Stanford students held one of the longest-standing pro-Palestinian encampments last fall and winter, which stood on the school’s central White Plaza for more than 100 days before it was taken down for violating overnight camping restrictions.
A second encampment emerged in the spring as the protest movement swept more U.S. campuses, but it was removed again after students occupied the university president’s office in June, leading to 13 arrests.
In the fall, Stanford administrators tightened a campus ban on overnight camping, began requiring registration for large demonstrations and designated zones where protests can occur.
Last month, 12 of the students arrested in June were charged with felony vandalism and conspiracy to trespass. (In March, the Santa Clara County district attorney declined to charge a student journalist who was also arrested while covering the demonstration.)

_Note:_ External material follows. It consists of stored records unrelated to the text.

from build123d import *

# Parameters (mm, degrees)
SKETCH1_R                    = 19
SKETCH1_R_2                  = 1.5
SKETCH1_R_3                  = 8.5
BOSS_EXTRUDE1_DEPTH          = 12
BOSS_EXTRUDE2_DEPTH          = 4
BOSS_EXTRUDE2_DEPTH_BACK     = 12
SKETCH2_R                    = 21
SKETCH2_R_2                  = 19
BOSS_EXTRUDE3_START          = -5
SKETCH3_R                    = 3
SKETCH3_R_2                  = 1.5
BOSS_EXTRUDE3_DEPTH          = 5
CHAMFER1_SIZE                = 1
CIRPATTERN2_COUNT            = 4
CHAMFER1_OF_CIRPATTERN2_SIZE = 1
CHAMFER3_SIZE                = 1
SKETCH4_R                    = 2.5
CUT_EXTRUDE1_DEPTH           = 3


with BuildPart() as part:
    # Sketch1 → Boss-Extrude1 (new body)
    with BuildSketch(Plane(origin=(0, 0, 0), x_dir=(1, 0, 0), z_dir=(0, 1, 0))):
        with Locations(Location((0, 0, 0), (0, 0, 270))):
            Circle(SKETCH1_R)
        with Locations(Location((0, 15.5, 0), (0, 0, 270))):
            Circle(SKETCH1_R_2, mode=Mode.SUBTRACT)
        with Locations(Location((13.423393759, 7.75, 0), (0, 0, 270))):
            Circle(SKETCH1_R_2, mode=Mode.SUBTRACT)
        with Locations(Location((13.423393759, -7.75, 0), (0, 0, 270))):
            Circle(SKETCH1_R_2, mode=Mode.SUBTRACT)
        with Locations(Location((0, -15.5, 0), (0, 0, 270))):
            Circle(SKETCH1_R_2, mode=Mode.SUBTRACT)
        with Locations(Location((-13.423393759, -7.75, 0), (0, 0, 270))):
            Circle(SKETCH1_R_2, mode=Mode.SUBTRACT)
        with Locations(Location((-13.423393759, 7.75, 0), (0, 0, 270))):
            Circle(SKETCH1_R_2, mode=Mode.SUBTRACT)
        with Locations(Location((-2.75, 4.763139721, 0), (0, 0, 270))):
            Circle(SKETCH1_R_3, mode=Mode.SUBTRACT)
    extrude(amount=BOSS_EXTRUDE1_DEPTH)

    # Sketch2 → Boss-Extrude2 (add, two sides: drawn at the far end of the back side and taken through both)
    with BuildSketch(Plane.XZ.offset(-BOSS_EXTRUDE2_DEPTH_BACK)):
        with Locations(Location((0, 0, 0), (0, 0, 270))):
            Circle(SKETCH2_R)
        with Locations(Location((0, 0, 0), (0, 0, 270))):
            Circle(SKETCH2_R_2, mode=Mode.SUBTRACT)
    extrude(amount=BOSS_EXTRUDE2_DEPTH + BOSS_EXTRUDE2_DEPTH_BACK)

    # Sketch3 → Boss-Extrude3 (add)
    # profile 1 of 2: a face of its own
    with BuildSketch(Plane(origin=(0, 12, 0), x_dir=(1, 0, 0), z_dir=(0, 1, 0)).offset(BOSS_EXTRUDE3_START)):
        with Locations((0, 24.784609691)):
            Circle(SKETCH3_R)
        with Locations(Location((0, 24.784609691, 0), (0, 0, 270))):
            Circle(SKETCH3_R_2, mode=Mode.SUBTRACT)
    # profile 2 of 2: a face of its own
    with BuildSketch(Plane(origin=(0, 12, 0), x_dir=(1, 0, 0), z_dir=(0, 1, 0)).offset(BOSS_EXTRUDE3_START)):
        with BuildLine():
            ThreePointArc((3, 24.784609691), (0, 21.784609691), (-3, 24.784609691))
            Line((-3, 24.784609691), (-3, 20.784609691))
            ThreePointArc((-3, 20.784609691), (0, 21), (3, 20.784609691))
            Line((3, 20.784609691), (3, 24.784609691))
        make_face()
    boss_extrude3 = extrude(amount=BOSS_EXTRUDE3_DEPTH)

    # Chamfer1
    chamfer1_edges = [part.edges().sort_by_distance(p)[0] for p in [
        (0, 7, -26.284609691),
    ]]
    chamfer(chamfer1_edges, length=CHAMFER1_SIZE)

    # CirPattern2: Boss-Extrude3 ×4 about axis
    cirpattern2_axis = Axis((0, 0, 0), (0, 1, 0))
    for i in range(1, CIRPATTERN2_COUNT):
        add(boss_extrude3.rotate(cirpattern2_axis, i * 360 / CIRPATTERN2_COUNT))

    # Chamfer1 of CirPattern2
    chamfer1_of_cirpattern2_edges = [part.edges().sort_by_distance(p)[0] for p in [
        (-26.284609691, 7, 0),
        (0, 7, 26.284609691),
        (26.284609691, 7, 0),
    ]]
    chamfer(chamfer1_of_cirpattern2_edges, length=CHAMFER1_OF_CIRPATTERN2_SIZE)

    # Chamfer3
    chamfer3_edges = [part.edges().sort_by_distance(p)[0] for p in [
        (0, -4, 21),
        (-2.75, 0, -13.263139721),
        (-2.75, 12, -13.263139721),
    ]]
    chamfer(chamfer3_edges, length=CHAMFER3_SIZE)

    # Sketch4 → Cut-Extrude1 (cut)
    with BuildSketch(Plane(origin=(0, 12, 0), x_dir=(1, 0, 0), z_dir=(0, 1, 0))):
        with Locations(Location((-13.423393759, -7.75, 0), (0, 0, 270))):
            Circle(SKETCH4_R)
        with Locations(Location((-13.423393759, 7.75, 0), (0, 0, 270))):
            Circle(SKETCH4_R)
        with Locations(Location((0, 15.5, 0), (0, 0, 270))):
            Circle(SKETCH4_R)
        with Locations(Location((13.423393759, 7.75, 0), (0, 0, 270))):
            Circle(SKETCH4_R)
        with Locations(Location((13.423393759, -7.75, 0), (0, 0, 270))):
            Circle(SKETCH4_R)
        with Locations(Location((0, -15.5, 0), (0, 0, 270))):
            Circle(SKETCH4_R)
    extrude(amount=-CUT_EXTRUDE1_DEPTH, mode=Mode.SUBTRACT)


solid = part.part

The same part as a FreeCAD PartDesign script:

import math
import FreeCAD as App
import Part
import Sketcher
from FreeCAD import Vector


def edges_at(feature, points):
    """Names of the edges that pass closest to the given points."""
    edges = feature.Shape.Edges
    near = lambda p: min(range(len(edges)), key=lambda i: edges[i].distToShape(Part.Vertex(*p))[0])
    return sorted({f"Edge{near(p) + 1}" for p in points})

doc = App.newDocument("Part")
body = doc.addObject("PartDesign::Body", "Body")

# Sketch on XZ plane
sketch1 = doc.addObject("Sketcher::SketchObject", "Sketch")
body.addObject(sketch1)
sketch1.AttachmentSupport = (doc.XZ_Plane, [""])
sketch1.MapMode = "FlatFace"
sketch1.addGeometry(Part.Circle(Vector(0, 0, 0), Vector(0, 0, 1), 19), False)
sketch1.addGeometry(Part.Circle(Vector(-13.423394, -7.75, 0), Vector(0, 0, 1), 1.5), False)
sketch1.addGeometry(Part.Circle(Vector(0, -15.5, 0), Vector(0, 0, 1), 1.5), False)
sketch1.addGeometry(Part.Circle(Vector(-2.75, -4.76314, 0), Vector(0, 0, 1), 8.5), False)
sketch1.addGeometry(Part.Circle(Vector(-13.423394, 7.75, 0), Vector(0, 0, 1), 1.5), False)
sketch1.addGeometry(Part.Circle(Vector(13.423394, -7.75, 0), Vector(0, 0, 1), 1.5), False)
sketch1.addGeometry(Part.Circle(Vector(0, 15.5, 0), Vector(0, 0, 1), 1.5), False)
sketch1.addGeometry(Part.Circle(Vector(13.423394, 7.75, 0), Vector(0, 0, 1), 1.5), False)
sketch1.addConstraint(Sketcher.Constraint("Coincident", 0, 3, -1, 1))
sketch1.addConstraint(Sketcher.Constraint("Equal", 1, 2))
sketch1.addConstraint(Sketcher.Constraint("Equal", 2, 4))
sketch1.addConstraint(Sketcher.Constraint("Equal", 4, 5))
sketch1.addConstraint(Sketcher.Constraint("Equal", 5, 6))
sketch1.addConstraint(Sketcher.Constraint("Equal", 6, 7))
sketch1.addConstraint(Sketcher.Constraint("Symmetric", 4, 3, 5, 3, -1, 1))
sketch1.addConstraint(Sketcher.Constraint("Symmetric", 2, 3, 6, 3, -1, 1))
sketch1.addConstraint(Sketcher.Constraint("Symmetric", 1, 3, 7, 3, -1, 1))
sketch1.addConstraint(Sketcher.Constraint("Symmetric", 1, 3, 5, 3, -2))
sketch1.addConstraint(Sketcher.Constraint("PointOnObject", 2, 3, -2))
sketch1.addConstraint(Sketcher.Constraint("Diameter", 0, 38.0))
sketch1.addConstraint(Sketcher.Constraint("Diameter", 1, 3.0))
sketch1.addConstraint(Sketcher.Constraint("Diameter", 3, 17.0))
sketch1.addConstraint(Sketcher.Constraint("DistanceY", 2, 3, -1, 1, 15.5))
sketch1.addConstraint(Sketcher.Constraint("DistanceY", 1, 3, 4, 3, 15.5))
sketch1.addConstraint(Sketcher.Constraint("DistanceX", 3, 3, -1, 1, 2.75))
sketch1.addConstraint(Sketcher.Constraint("DistanceY", 3, 3, -1, 1, 4.76314))
sketch1.addConstraint(Sketcher.Constraint("DistanceX", 1, 3, -1, 1, 13.423394))
pad1 = doc.addObject("PartDesign::Pad", "Pad")
body.addObject(pad1)
pad1.Profile = sketch1
pad1.Length = 12
pad1.Reversed = True

# Sketch on XZ plane
sketch2 = doc.addObject("Sketcher::SketchObject", "Sketch001")
body.addObject(sketch2)
sketch2.AttachmentSupport = (doc.XZ_Plane, [""])
sketch2.MapMode = "FlatFace"
sketch2.addGeometry(Part.Circle(Vector(0, 0, 0), Vector(0, 0, 1), 21), False)
sketch2.addGeometry(Part.Circle(Vector(0, 0, 0), Vector(0, 0, 1), 19), False)
sketch2.addConstraint(Sketcher.Constraint("Coincident", 0, 3, -1, 1))
sketch2.addConstraint(Sketcher.Constraint("Coincident", 1, 3, -1, 1))
sketch2.addConstraint(Sketcher.Constraint("Diameter", 0, 42.0))
sketch2.addConstraint(Sketcher.Constraint("Diameter", 1, 38.0))
pad2 = doc.addObject("PartDesign::Pad", "Pad001")
body.addObject(pad2)
pad2.Profile = sketch2
pad2.Type = "TwoLengths"
pad2.Length = 4
pad2.Length2 = 12

# Sketch on XZ plane
sketch3 = doc.addObject("Sketcher::SketchObject", "Sketch002")
body.addObject(sketch3)
sketch3.AttachmentSupport = (doc.XZ_Plane, [""])
sketch3.MapMode = "FlatFace"
sketch3.AttachmentOffset = App.Placement(Vector(0, 0, -7), App.Rotation())
sketch3.addGeometry(Part.ArcOfCircle(Part.Circle(Vector(0, -24.78461, 0), Vector(0, 0, 1), 3), math.radians(180), math.radians(360)), False)
sketch3.addGeometry(Part.LineSegment(Vector(-3, -24.78461, 0), Vector(-3, -20.78461, 0)), False)
sketch3.addGeometry(Part.ArcOfCircle(Part.Circle(Vector(0, 0, 0), Vector(0, 0, 1), 21), math.radians(-98.213211), math.radians(-81.786789)), False)
sketch3.addGeometry(Part.LineSegment(Vector(3, -20.78461, 0), Vector(3, -24.78461, 0)), False)
sketch3.addGeometry(Part.Circle(Vector(0, -24.78461, 0), Vector(0, 0, 1), 1.5), False)
sketch3.addConstraint(Sketcher.Constraint("Tangent", 0, 1, 1, 1))
sketch3.addConstraint(Sketcher.Constraint("Coincident", 1, 2, 2, 1))
sketch3.addConstraint(Sketcher.Constraint("Coincident", 2, 2, 3, 1))
sketch3.addConstraint(Sketcher.Constraint("Tangent", 3, 2, 0, 2))
sketch3.addConstraint(Sketcher.Constraint("Vertical", 1))
sketch3.addConstraint(Sketcher.Constraint("Vertical", 3))
sketch3.addConstraint(Sketcher.Constraint("Coincident", 2, 3, -1, 1))
sketch3.addConstraint(Sketcher.Constraint("Coincident", 4, 3, 0, 3))
sketch3.addConstraint(Sketcher.Constraint("PointOnObject", 0, 3, -2))
sketch3.addConstraint(Sketcher.Constraint("Diameter", 4, 3.0))
sketch3.addConstraint(Sketcher.Constraint("Radius", 0, 3.0))
sketch3.addConstraint(Sketcher.Constraint("Radius", 2, 21.0))
sketch3.addConstraint(Sketcher.Constraint("DistanceY", 1, 1, 1, 2, 4.0))
pad3 = doc.addObject("PartDesign::Pad", "Pad002")
body.addObject(pad3)
pad3.Profile = sketch3
pad3.Length = 5
pad3.Reversed = True
doc.recompute()

chamfer = doc.addObject("PartDesign::Chamfer", "Chamfer")
body.addObject(chamfer)
chamfer.Base = (pad3, edges_at(pad3, [(0, 7, -26.285)]))
chamfer.Size = 1
doc.recompute()

polarpattern = doc.addObject("PartDesign::PolarPattern", "PolarPattern")
body.addObject(polarpattern)
polarpattern.Originals = [pad3]
polarpattern.Axis = (doc.Y_Axis, [""])
polarpattern.Angle = 360
polarpattern.Occurrences = 4
body.Tip = polarpattern
doc.recompute()

chamfer2 = doc.addObject("PartDesign::Chamfer", "Chamfer001")
body.addObject(chamfer2)
chamfer2.Base = (polarpattern, edges_at(polarpattern, [(-26.285, 7, 0), (0, 7, 26.285), (26.285, 7, 0)]))
chamfer2.Size = 1
doc.recompute()

chamfer3 = doc.addObject("PartDesign::Chamfer", "Chamfer002")
body.addObject(chamfer3)
chamfer3.Base = (chamfer2, edges_at(chamfer2, [(0, -4, 21), (-2.75, 0, -13.263), (-2.75, 12, -13.263)]))
chamfer3.Size = 1

# Sketch on XZ plane
sketch4 = doc.addObject("Sketcher::SketchObject", "Sketch003")
body.addObject(sketch4)
sketch4.AttachmentSupport = (doc.XZ_Plane, [""])
sketch4.MapMode = "FlatFace"
sketch4.AttachmentOffset = App.Placement(Vector(0, 0, -12), App.Rotation())
sketch4.addGeometry(Part.Circle(Vector(-13.423394, 7.75, 0), Vector(0, 0, 1), 2.5), False)
sketch4.addGeometry(Part.Circle(Vector(-13.423394, -7.75, 0), Vector(0, 0, 1), 2.5), False)
sketch4.addGeometry(Part.Circle(Vector(0, -15.5, 0), Vector(0, 0, 1), 2.5), False)
sketch4.addGeometry(Part.Circle(Vector(13.423394, -7.75, 0), Vector(0, 0, 1), 2.5), False)
sketch4.addGeometry(Part.Circle(Vector(13.423394, 7.75, 0), Vector(0, 0, 1), 2.5), False)
sketch4.addGeometry(Part.Circle(Vector(0, 15.5, 0), Vector(0, 0, 1), 2.5), False)
sketch4.addConstraint(Sketcher.Constraint("Equal", 0, 1))
sketch4.addConstraint(Sketcher.Constraint("Equal", 1, 2))
sketch4.addConstraint(Sketcher.Constraint("Equal", 2, 3))
sketch4.addConstraint(Sketcher.Constraint("Equal", 3, 4))
sketch4.addConstraint(Sketcher.Constraint("Equal", 4, 5))
sketch4.addConstraint(Sketcher.Constraint("Symmetric", 0, 3, 3, 3, -1, 1))
sketch4.addConstraint(Sketcher.Constraint("Symmetric", 1, 3, 4, 3, -1, 1))
sketch4.addConstraint(Sketcher.Constraint("Symmetric", 2, 3, 5, 3, -1, 1))
sketch4.addConstraint(Sketcher.Constraint("Symmetric", 1, 3, 3, 3, -2))
sketch4.addConstraint(Sketcher.Constraint("PointOnObject", 2, 3, -2))
sketch4.addConstraint(Sketcher.Constraint("Diameter", 0, 5.0))
sketch4.addConstraint(Sketcher.Constraint("DistanceY", 2, 3, 5, 3, 31.0))
sketch4.addConstraint(Sketcher.Constraint("DistanceY", 1, 3, 0, 3, 15.5))
sketch4.addConstraint(Sketcher.Constraint("DistanceX", 0, 3, -1, 1, 13.423394))
pocket1 = doc.addObject("PartDesign::Pocket", "Pocket")
body.addObject(pocket1)
pocket1.Profile = sketch4
pocket1.Length = 3
pocket1.Reversed = True

doc.recompute()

The strikers are demanding that the school repeal those protest limits and publicly oppose the charges brought by District Attorney Jeff Rosen.
“We want the school to recommit to their free expression in support of students protesting,” Salam said.
She pointed to campus protests in 1969 and 1977 that led to the end of classified military research at the university and the adoption of an ethical investment policy related to apartheid South Africa.
Pro-Palestinian demonstrators march through the Stanford University campus in Stanford, California, on April 25, 2024. (Beth LaBerge/KQED)
This time around, Salam said students feel like the university’s stance toward the charges against students “chills and represses political expression and Stanford’s rich history of sit-ins.”
The students are also asking Stanford President Jonathan Levin to sign an open letter released by the American Association of Colleges and Universities denouncing what it believes is government overreach by the Trump administration.
Since Trump took office, multiple international students studying in the U.S. have been detained by immigration officials, and they believe their outspoken support for Gaza made them targets.
In March, the Trump administration pulled back $400 million in federal funding from Columbia University, one of 10 schools it said it is investigating for “failing to protect Jewish students.”
Salam said that while Stanford has not yet faced such funding cuts, she and other student activists feel that the school is trying to appease the Trump administration.
“They’ve already chosen what side they’re on, and we’re demanding that they reconsider and join this coalition of schools denouncing what’s happening rather than complying preemptively,” she told KQED.
Stanford President Jonathan Levin and Provost Jenny Martinez did release a statement in support of Harvard after it refused to make certain changes in the face of funding cuts, the Stanford Daily reported.
Beginning Monday, striking students and staff plan to gather each day from 6 p.m. to 8 p.m. along with members of Stanford’s Muslim community and pro-Palestinian activist groups, who will be fasting in solidarity, according to Salam.
“We want Stanford to come to the table,” she said. “We want them to uphold the values that they always claimed to have, which is a commitment to open inquiry, a commitment to ethical investment.”